### Activity
There is one span to output from the data below: the lines starting at the line with "v -58.544 -9.985 4.826" and ending at the line with "v -39.755 -25.405 0". Output it exactly, ends included, nothing more.

Collected data entries
#####

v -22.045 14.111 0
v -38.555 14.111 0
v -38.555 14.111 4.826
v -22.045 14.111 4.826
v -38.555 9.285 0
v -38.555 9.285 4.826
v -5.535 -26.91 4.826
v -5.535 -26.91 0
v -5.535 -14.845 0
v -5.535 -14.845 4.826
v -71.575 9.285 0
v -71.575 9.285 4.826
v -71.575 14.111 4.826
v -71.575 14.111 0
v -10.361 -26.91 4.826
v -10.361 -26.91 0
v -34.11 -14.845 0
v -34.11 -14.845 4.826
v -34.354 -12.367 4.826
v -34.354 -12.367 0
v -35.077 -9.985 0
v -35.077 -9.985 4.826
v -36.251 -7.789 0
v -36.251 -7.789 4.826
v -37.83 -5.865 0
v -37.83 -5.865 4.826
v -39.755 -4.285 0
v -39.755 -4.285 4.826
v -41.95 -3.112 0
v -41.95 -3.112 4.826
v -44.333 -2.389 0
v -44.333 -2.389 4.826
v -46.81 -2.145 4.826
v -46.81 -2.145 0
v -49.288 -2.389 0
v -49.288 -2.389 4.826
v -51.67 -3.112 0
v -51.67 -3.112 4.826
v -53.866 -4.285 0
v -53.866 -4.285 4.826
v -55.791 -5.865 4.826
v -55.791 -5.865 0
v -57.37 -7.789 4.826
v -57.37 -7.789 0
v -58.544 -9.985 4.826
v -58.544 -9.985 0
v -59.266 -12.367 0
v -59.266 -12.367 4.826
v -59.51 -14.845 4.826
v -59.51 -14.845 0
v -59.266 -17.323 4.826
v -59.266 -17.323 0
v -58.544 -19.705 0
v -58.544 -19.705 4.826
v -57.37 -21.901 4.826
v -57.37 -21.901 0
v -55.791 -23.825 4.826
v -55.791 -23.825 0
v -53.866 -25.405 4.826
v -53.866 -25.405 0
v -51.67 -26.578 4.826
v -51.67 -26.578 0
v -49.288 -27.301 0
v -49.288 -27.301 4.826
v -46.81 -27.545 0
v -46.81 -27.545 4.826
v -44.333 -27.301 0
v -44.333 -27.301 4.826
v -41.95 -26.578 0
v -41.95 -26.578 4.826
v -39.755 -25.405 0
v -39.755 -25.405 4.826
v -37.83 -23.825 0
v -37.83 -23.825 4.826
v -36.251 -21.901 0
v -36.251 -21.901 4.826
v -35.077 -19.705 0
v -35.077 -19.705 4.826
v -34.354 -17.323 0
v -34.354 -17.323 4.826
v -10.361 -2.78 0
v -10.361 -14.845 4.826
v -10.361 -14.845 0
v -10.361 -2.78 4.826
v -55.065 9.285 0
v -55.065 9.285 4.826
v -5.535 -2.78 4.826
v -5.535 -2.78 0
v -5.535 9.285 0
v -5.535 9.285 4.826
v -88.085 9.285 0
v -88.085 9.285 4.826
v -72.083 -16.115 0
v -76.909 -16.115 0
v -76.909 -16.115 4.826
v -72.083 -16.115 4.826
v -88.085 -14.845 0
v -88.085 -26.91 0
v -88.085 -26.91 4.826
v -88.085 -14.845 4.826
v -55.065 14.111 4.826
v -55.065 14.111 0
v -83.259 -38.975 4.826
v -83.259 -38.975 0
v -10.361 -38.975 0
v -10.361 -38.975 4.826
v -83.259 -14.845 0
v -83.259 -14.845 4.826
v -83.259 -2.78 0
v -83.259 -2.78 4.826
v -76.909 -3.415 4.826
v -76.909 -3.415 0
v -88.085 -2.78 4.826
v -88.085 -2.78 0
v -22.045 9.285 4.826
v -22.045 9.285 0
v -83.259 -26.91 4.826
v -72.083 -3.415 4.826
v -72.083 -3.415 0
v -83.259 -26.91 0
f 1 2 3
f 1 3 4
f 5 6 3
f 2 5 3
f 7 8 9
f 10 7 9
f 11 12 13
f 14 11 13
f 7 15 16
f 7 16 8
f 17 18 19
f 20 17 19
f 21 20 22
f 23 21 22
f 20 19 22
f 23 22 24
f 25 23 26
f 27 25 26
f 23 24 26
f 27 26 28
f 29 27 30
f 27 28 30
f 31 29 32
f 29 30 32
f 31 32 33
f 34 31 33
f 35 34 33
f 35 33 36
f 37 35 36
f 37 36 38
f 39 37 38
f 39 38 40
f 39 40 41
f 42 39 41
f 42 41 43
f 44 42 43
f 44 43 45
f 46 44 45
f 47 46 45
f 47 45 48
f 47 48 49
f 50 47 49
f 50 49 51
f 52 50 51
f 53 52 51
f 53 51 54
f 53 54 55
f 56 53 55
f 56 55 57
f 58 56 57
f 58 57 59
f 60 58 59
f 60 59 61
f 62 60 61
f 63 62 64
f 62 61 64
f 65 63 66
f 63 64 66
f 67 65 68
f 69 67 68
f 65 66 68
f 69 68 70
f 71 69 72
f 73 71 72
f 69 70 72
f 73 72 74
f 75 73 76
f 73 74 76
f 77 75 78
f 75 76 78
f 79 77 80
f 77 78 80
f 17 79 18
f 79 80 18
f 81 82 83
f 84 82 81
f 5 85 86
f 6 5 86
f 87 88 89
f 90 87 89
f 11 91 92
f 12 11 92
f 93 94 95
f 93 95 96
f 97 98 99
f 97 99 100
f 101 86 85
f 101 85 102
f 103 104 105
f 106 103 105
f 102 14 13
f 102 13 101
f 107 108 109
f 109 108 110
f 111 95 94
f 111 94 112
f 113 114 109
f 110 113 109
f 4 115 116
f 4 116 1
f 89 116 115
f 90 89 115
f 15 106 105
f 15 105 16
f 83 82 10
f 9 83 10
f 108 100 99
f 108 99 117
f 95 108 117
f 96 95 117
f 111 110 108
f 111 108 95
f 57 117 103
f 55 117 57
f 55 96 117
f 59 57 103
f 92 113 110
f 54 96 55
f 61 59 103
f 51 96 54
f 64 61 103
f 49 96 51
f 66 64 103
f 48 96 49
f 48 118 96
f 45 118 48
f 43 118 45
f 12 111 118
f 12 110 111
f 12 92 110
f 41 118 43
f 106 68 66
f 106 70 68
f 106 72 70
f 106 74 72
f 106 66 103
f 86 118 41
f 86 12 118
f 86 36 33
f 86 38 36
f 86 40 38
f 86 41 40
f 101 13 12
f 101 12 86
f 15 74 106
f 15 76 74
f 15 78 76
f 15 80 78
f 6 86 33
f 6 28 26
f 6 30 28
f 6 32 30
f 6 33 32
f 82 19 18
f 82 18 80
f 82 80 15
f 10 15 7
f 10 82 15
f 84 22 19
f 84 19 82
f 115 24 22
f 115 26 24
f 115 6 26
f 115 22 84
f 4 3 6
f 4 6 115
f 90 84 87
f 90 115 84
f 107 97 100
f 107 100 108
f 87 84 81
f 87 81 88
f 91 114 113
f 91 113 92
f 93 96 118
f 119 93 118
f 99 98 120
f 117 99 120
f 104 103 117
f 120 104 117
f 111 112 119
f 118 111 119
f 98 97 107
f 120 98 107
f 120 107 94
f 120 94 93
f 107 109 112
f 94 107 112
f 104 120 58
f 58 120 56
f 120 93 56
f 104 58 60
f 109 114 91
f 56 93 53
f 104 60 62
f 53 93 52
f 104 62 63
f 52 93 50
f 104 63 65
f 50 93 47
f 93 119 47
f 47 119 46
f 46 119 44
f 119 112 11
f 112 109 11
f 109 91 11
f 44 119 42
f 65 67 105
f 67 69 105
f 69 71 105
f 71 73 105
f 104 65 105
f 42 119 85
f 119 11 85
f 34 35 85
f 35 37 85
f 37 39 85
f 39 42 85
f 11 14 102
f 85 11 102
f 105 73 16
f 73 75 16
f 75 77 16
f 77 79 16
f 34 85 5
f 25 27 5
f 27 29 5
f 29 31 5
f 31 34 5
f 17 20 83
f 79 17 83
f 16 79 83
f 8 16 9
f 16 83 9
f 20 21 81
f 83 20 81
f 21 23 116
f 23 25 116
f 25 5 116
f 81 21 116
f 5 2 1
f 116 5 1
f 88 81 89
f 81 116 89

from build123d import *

# Parameters (mm, degrees)
SKETCH1_W                = 82.55
SKETCH1_H                = 53.086
BOSS_EXTRUDE1_DEPTH      = 4.826
CUT_EXTRUDE1_START       = -88.085249325
CUT_EXTRUDE1_OUTLINE_W   = 4.826
CUT_EXTRUDE1_OUTLINE_H   = 4.826
CUT_EXTRUDE1_DEPTH       = 16.51
CUT_EXTRUDE1_START_2     = -55.065249325
CUT_EXTRUDE1_2_OUTLINE_W = 4.826
CUT_EXTRUDE1_2_OUTLINE_H = 4.826
CUT_EXTRUDE1_2_DEPTH     = 16.51
CUT_EXTRUDE1_START_3     = -22.045249325
CUT_EXTRUDE1_3_OUTLINE_W = 4.826
CUT_EXTRUDE1_3_OUTLINE_H = 4.826
CUT_EXTRUDE1_3_DEPTH     = 16.51
SKETCH3_W                = 4.826
SKETCH3_H                = 12.065
CUT_EXTRUDE2_DEPTH       = 97.443575108
SKETCH4_R                = 12.7
CUT_EXTRUDE3_DEPTH       = 97.443575108
SKETCH5_W                = 4.826
SKETCH5_H                = 12.7
CUT_EXTRUDE4_DEPTH       = 97.443575108


# Read off the part's stored shape, not the designer's step: Cut-Extrude1
with BuildPart() as part:
    # Sketch1 → Boss-Extrude1 (new body)
    with BuildSketch(Plane.XY):
        with Locations((-46.810249325, -12.432142782)):
            Rectangle(SKETCH1_W, SKETCH1_H)
    extrude(amount=BOSS_EXTRUDE1_DEPTH)

    # Cut-Extrude1 outline → Cut-Extrude1 (cut)
    with BuildSketch(Plane.YZ.offset(CUT_EXTRUDE1_START)):
        with Locations((11.697857218, 2.413)):
            Rectangle(CUT_EXTRUDE1_OUTLINE_W, CUT_EXTRUDE1_OUTLINE_H)
    extrude(amount=CUT_EXTRUDE1_DEPTH, mode=Mode.SUBTRACT)

    # Cut-Extrude1 2 outline → Cut-Extrude1 2 (cut)
    with BuildSketch(Plane.YZ.offset(CUT_EXTRUDE1_START_2)):
        with Locations((11.697857218, 2.413)):
            Rectangle(CUT_EXTRUDE1_2_OUTLINE_W, CUT_EXTRUDE1_2_OUTLINE_H)
    extrude(amount=CUT_EXTRUDE1_2_DEPTH, mode=Mode.SUBTRACT)

    # Cut-Extrude1 3 outline → Cut-Extrude1 3 (cut)
    with BuildSketch(Plane.YZ.offset(CUT_EXTRUDE1_START_3)):
        with Locations((11.697857218, 2.413)):
            Rectangle(CUT_EXTRUDE1_3_OUTLINE_W, CUT_EXTRUDE1_3_OUTLINE_H)
    extrude(amount=CUT_EXTRUDE1_3_DEPTH, mode=Mode.SUBTRACT)

    # Sketch3 → Cut-Extrude2 (cut, through all)
    with BuildSketch(Plane.XY.offset(4.826)):
        with Locations((-85.672249325, -32.942642782)):
            Rectangle(SKETCH3_W, SKETCH3_H)
        with Locations((-85.672249325, -8.812642782)):
            Rectangle(SKETCH3_W, SKETCH3_H)
        with Locations((-7.948249325, -32.942642782)):
            Rectangle(SKETCH3_W, SKETCH3_H)
        with Locations((-7.948249325, -8.812642782)):
            Rectangle(SKETCH3_W, SKETCH3_H)
    extrude(amount=-CUT_EXTRUDE2_DEPTH, mode=Mode.SUBTRACT)

    # Sketch4 → Cut-Extrude3 (cut, through all)
    with BuildSketch(Plane.XY.offset(4.826)):
        with Locations((-46.810249325, -14.845142782)):
            Circle(SKETCH4_R)
    extrude(amount=-CUT_EXTRUDE3_DEPTH, mode=Mode.SUBTRACT)

    # Sketch5 → Cut-Extrude4 (cut, through all)
    with BuildSketch(Plane.XY.offset(4.826)):
        with Locations((-74.496249325, -9.765142782)):
            Rectangle(SKETCH5_W, SKETCH5_H)
    extrude(amount=-CUT_EXTRUDE4_DEPTH, mode=Mode.SUBTRACT)


solid = part.part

#####

### Reply to the exercise
v -58.544 -9.985 4.826
v -58.544 -9.985 0
v -59.266 -12.367 0
v -59.266 -12.367 4.826
v -59.51 -14.845 4.826
v -59.51 -14.845 0
v -59.266 -17.323 4.826
v -59.266 -17.323 0
v -58.544 -19.705 0
v -58.544 -19.705 4.826
v -57.37 -21.901 4.826
v -57.37 -21.901 0
v -55.791 -23.825 4.826
v -55.791 -23.825 0
v -53.866 -25.405 4.826
v -53.866 -25.405 0
v -51.67 -26.578 4.826
v -51.67 -26.578 0
v -49.288 -27.301 0
v -49.288 -27.301 4.826
v -46.81 -27.545 0
v -46.81 -27.545 4.826
v -44.333 -27.301 0
v -44.333 -27.301 4.826
v -41.95 -26.578 0
v -41.95 -26.578 4.826
v -39.755 -25.405 0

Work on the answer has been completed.